- Directed by: Brian Singleton
- Written by: Brian Singleton Mark Singleton
- Starring: Chris Anderson Brandi Boulet
- Distributed by: One Day in a Pasture Productions
- Release date: July 17, 2007;
- Running time: 79 minutes
- Country: Canada
- Language: English

= Forest of the Dead (film) =

Forest Of The Dead is a 2007 horror film directed by Brian Singleton, starring Chris Anderson and Brandi Boulet.

== Plot ==
A group of young of adults stop at an old campsite to meet some friends, but they end up getting attacked by a strange presence in the woods. When their friends finally arrive, they discover their abandoned campsite and start looking for them, eventually being attacked by the undead remains of their former friends.

== Production ==

Forest of the Dead was shot on the outskirts of Ottawa, Ontario in 2001. The cast and crew reassembled in 2005 to shoot additional footage for the 2007 DVD release by Elite Entertainment.

== Release ==

Forest of the Dead was screened at the Fantasia International Film Festival in Montreal in 2006. It was released on DVD by Elite Entertainment on June 12, 2007.

== Reception ==

Tex Hula of Bloody Disgusting gave the film a score of 3/5 and, while critical of aspects like the acting and editing, called it "pretty freaking good" and concluded, "Forest of the Dead might not be the next Night of the Living Dead or Evil Dead or even The Dead Next Door, but it does share a great deal of brotherly bond with those films.
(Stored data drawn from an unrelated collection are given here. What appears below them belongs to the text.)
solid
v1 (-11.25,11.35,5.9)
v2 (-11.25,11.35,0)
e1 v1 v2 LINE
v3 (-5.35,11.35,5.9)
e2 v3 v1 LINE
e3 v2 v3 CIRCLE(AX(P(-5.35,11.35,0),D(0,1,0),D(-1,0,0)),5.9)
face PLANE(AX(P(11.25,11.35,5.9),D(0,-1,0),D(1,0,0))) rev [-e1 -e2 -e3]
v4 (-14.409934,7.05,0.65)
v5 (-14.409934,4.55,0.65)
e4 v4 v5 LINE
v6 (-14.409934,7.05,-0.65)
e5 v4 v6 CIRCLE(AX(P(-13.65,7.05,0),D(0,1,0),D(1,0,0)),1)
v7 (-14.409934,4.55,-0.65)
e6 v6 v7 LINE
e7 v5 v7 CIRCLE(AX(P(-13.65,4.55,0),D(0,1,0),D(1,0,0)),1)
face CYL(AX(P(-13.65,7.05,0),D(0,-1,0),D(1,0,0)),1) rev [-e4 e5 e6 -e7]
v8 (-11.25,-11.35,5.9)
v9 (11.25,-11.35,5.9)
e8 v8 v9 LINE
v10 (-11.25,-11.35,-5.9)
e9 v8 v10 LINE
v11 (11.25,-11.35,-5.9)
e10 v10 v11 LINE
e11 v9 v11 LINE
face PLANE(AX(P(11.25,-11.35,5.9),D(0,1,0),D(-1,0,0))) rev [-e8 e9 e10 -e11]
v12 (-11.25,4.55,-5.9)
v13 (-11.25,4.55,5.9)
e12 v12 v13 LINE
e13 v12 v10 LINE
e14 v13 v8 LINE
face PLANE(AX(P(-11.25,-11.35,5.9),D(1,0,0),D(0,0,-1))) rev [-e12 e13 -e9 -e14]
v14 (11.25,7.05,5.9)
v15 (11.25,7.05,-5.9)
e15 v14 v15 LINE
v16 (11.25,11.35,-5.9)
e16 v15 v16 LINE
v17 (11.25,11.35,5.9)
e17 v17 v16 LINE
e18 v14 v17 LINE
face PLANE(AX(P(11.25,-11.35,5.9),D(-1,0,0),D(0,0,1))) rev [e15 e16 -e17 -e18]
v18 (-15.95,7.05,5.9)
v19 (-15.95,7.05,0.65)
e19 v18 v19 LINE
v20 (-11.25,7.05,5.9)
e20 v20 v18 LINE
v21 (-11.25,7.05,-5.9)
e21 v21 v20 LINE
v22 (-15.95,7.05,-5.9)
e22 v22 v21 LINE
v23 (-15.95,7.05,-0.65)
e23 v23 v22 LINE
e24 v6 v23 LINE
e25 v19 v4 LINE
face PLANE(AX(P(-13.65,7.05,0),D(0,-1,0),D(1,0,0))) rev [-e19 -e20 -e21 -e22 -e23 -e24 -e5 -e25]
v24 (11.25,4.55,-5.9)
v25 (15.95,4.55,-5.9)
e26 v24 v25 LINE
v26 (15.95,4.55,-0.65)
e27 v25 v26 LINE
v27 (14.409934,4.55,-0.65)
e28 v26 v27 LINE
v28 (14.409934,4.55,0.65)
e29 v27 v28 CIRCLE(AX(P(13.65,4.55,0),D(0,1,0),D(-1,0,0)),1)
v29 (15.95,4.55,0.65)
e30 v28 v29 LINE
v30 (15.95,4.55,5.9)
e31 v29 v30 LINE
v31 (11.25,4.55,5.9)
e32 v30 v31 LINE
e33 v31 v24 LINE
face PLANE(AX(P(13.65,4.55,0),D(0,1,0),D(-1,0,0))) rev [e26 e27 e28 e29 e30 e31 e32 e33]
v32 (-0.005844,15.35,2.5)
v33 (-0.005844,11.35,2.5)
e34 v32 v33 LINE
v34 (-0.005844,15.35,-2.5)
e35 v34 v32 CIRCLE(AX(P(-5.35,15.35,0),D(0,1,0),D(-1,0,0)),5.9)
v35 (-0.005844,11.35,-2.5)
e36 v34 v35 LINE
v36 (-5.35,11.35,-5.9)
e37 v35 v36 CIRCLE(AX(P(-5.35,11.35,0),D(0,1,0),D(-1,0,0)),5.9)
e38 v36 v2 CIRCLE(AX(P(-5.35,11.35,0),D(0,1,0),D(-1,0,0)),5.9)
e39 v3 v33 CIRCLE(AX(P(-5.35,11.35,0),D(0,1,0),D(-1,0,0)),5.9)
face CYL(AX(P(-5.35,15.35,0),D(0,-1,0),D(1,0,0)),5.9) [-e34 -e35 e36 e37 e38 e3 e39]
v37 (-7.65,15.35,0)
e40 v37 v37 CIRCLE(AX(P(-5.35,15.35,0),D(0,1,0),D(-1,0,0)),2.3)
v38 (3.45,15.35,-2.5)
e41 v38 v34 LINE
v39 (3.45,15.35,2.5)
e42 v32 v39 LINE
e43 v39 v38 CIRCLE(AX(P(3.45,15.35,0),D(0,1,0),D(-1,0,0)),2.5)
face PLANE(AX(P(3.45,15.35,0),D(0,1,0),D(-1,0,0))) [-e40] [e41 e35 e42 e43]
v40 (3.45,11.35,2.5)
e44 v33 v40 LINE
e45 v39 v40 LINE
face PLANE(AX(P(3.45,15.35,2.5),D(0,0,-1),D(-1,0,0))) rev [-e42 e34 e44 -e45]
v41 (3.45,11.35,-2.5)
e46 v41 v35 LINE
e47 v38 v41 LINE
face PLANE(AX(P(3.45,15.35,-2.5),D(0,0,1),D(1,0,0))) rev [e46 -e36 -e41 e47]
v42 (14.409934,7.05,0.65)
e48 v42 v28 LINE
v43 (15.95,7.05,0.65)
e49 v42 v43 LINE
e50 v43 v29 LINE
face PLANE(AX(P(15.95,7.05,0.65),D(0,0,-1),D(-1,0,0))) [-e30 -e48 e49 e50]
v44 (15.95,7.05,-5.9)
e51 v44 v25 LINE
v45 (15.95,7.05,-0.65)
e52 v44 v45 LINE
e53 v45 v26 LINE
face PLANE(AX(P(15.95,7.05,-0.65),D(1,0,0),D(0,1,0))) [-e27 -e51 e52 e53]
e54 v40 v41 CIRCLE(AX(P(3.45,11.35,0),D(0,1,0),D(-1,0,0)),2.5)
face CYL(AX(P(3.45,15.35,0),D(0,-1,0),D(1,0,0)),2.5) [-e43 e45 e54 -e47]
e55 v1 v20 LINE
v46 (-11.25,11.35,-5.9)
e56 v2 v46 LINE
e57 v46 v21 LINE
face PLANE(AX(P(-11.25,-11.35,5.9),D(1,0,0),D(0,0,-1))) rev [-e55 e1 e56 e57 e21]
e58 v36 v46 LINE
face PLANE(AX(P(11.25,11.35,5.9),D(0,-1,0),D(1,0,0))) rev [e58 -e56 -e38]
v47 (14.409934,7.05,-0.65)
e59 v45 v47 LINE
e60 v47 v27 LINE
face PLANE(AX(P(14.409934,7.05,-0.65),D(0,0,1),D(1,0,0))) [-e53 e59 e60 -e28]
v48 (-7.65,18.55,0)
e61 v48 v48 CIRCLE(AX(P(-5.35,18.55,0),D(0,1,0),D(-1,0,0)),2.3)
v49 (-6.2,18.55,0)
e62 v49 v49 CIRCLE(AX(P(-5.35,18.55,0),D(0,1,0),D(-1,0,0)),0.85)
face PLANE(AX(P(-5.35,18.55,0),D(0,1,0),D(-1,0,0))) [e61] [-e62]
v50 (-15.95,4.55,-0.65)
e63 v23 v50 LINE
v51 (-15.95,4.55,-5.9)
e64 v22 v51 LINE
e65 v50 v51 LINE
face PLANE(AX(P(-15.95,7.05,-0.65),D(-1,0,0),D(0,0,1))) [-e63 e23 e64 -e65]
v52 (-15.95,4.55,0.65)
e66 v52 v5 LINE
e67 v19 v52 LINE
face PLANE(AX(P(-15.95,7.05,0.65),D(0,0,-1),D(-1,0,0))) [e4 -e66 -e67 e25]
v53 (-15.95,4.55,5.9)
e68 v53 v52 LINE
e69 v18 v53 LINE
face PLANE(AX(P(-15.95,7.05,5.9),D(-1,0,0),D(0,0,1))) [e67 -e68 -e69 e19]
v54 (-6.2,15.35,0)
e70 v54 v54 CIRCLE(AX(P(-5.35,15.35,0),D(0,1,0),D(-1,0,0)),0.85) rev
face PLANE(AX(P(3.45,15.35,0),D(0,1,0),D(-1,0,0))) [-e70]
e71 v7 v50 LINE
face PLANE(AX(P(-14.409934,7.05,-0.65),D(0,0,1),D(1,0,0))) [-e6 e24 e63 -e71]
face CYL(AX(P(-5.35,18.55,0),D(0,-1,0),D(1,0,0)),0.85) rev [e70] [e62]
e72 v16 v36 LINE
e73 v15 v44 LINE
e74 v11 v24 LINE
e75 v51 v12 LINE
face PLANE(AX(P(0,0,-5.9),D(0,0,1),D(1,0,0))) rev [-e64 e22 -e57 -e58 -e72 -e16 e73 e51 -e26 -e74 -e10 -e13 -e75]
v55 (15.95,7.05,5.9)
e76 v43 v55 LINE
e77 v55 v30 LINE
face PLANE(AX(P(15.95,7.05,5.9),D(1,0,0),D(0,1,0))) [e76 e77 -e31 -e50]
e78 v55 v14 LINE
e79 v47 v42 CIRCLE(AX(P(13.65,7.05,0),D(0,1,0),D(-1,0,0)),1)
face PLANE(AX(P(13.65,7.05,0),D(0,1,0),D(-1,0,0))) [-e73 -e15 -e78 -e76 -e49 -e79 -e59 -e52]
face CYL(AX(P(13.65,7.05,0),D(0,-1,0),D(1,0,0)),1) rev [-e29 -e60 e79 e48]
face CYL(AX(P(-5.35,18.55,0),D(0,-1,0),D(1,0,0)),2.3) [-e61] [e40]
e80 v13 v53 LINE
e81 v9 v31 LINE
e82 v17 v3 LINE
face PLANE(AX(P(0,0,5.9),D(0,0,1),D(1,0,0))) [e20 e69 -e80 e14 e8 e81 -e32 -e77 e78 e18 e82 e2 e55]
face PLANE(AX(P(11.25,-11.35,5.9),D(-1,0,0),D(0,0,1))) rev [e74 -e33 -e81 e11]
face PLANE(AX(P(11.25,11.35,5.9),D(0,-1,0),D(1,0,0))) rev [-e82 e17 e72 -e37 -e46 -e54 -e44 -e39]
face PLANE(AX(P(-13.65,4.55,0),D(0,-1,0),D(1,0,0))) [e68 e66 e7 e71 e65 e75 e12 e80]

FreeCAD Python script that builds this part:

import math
import FreeCAD as App
import Part
import Sketcher

doc = App.newDocument("Part")
body = doc.addObject("PartDesign::Body", "Body")

# Sketch on XY plane
sketch1 = doc.addObject("Sketcher::SketchObject", "Sketch")
body.addObject(sketch1)
sketch1.AttachmentSupport = (doc.XY_Plane, [""])
sketch1.MapMode = "FlatFace"
sketch1.addGeometry([
    Part.LineSegment(App.Vector(-11.25, 11.35, 0), App.Vector(-11.25, -11.35, 0)),
    Part.LineSegment(App.Vector(-11.25, -11.35, 0), App.Vector(11.25, -11.35, 0)),
    Part.LineSegment(App.Vector(11.25, -11.35, 0), App.Vector(11.25, 11.35, 0)),
    Part.LineSegment(App.Vector(11.25, 11.35, 0), App.Vector(-11.25, 11.35, 0)),
], False)
sketch1.addConstraint([
    Sketcher.Constraint("Coincident", 0, 2, 1, 1),
    Sketcher.Constraint("Coincident", 1, 2, 2, 1),
    Sketcher.Constraint("Coincident", 2, 2, 3, 1),
    Sketcher.Constraint("Coincident", 3, 2, 0, 1),
    Sketcher.Constraint("Vertical", 0),
    Sketcher.Constraint("Horizontal", 1),
    Sketcher.Constraint("Vertical", 2),
    Sketcher.Constraint("Horizontal", 3),
    Sketcher.Constraint("Symmetric", 0, 2, 2, 2, -1, 1),
    Sketcher.Constraint("DistanceX", 1, 1, 1, 2, 22.5),
    Sketcher.Constraint("DistanceY", 0, 2, 0, 1, 22.7),
])
pad1 = doc.addObject("PartDesign::Pad", "Pad")
body.addObject(pad1)
pad1.Profile = sketch1
pad1.Length = 11.8
pad1.Midplane = True

# Sketch on XZ plane
sketch2 = doc.addObject("Sketcher::SketchObject", "Sketch001")
body.addObject(sketch2)
sketch2.AttachmentSupport = (doc.XZ_Plane, [""])
sketch2.MapMode = "FlatFace"
sketch2.AttachmentOffset = App.Placement(App.Vector(0, 0, -4.55), App.Rotation())
sketch2.addGeometry([
    Part.LineSegment(App.Vector(-14.409934, -0.65, 0), App.Vector(-15.95, -0.65, 0)),  # 0
    Part.LineSegment(App.Vector(-15.95, -0.65, 0), App.Vector(-15.95, -5.9, 0)),  # 1
    Part.LineSegment(App.Vector(-15.95, -5.9, 0), App.Vector(-11.25, -5.9, 0)),  # 2
    Part.LineSegment(App.Vector(-11.25, -5.9, 0), App.Vector(-11.25, 5.9, 0)),  # 3
    Part.LineSegment(App.Vector(-11.25, 5.9, 0), App.Vector(-15.95, 5.9, 0)),  # 4
    Part.LineSegment(App.Vector(-15.95, 5.9, 0), App.Vector(-15.95, 0.65, 0)),  # 5
    Part.LineSegment(App.Vector(-15.95, 0.65, 0), App.Vector(-14.409934, 0.65, 0)),  # 6
    Part.ArcOfCircle(Part.Circle(App.Vector(-13.65, 0, 0), App.Vector(0, 0, 1), 1), math.radians(-139.458398), math.radians(139.458398)),  # 7
    Part.LineSegment(App.Vector(15.95, 5.9, 0), App.Vector(11.25, 5.9, 0)),  # 8
    Part.LineSegment(App.Vector(11.25, 5.9, 0), App.Vector(11.25, -5.9, 0)),  # 9
    Part.LineSegment(App.Vector(11.25, -5.9, 0), App.Vector(15.95, -5.9, 0)),  # 10
    Part.LineSegment(App.Vector(15.95, -5.9, 0), App.Vector(15.95, -0.65, 0)),  # 11
    Part.LineSegment(App.Vector(15.95, -0.65, 0), App.Vector(14.409934, -0.65, 0)),  # 12
    Part.ArcOfCircle(Part.Circle(App.Vector(13.65, 0, 0), App.Vector(0, 0, 1), 1), math.radians(40.541602), math.radians(319.458398)),  # 13
    Part.LineSegment(App.Vector(14.409934, 0.65, 0), App.Vector(15.95, 0.65, 0)),  # 14
    Part.LineSegment(App.Vector(15.95, 0.65, 0), App.Vector(15.95, 5.9, 0)),  # 15
], False)
sketch2.addConstraint([
    Sketcher.Constraint("Coincident", 0, 2, 1, 1),
    Sketcher.Constraint("Coincident", 1, 2, 2, 1),
    Sketcher.Constraint("Coincident", 2, 2, 3, 1),
    Sketcher.Constraint("Coincident", 3, 2, 4, 1),
    Sketcher.Constraint("Coincident", 4, 2, 5, 1),
    Sketcher.Constraint("Coincident", 5, 2, 6, 1),
    Sketcher.Constraint("Coincident", 6, 2, 7, 2),
    Sketcher.Constraint("Coincident", 7, 1, 0, 1),
    Sketcher.Constraint("Coincident", 8, 2, 9, 1),
    Sketcher.Constraint("Coincident", 9, 2, 10, 1),
    Sketcher.Constraint("Coincident", 10, 2, 11, 1),
    Sketcher.Constraint("Coincident", 11, 2, 12, 1),
    Sketcher.Constraint("Coincident", 12, 2, 13, 2),
    Sketcher.Constraint("Coincident", 13, 1, 14, 1),
    Sketcher.Constraint("Coincident", 14, 2, 15, 1),
    Sketcher.Constraint("Coincident", 15, 2, 8, 1),
    Sketcher.Constraint("Horizontal", 0),
    Sketcher.Constraint("Vertical", 1),
    Sketcher.Constraint("Horizontal", 2),
    Sketcher.Constraint("Vertical", 3),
They were all made outside the system by a group of people who were looking to entertain themselves and a very lucky audience—and entertain them they did." In a review written for CHUD.com, Ian Arbuckle gave the film a score of 3/10 and opined that, while Forest of the Dead did have an "admirable" amount of gore and showed potential and tenacity, it was otherwise an "awful movie" that was "shot in a carnival of different exposures, with unfunny jokes and bad acting." Steve Anderson of Film Threat condemned the film, writing, "This thing is only scary in the sense that, when you're done watching it, you're terrified that it may not come out of your DVD player and you'll be stuck watching it for the rest of your life." Peter Dendle, author of The Zombie Movie Encyclopedia Volume 2: 2000–2010, was similarly dismissive of the "tedious" film, noting, "It's all pretty unredeemable."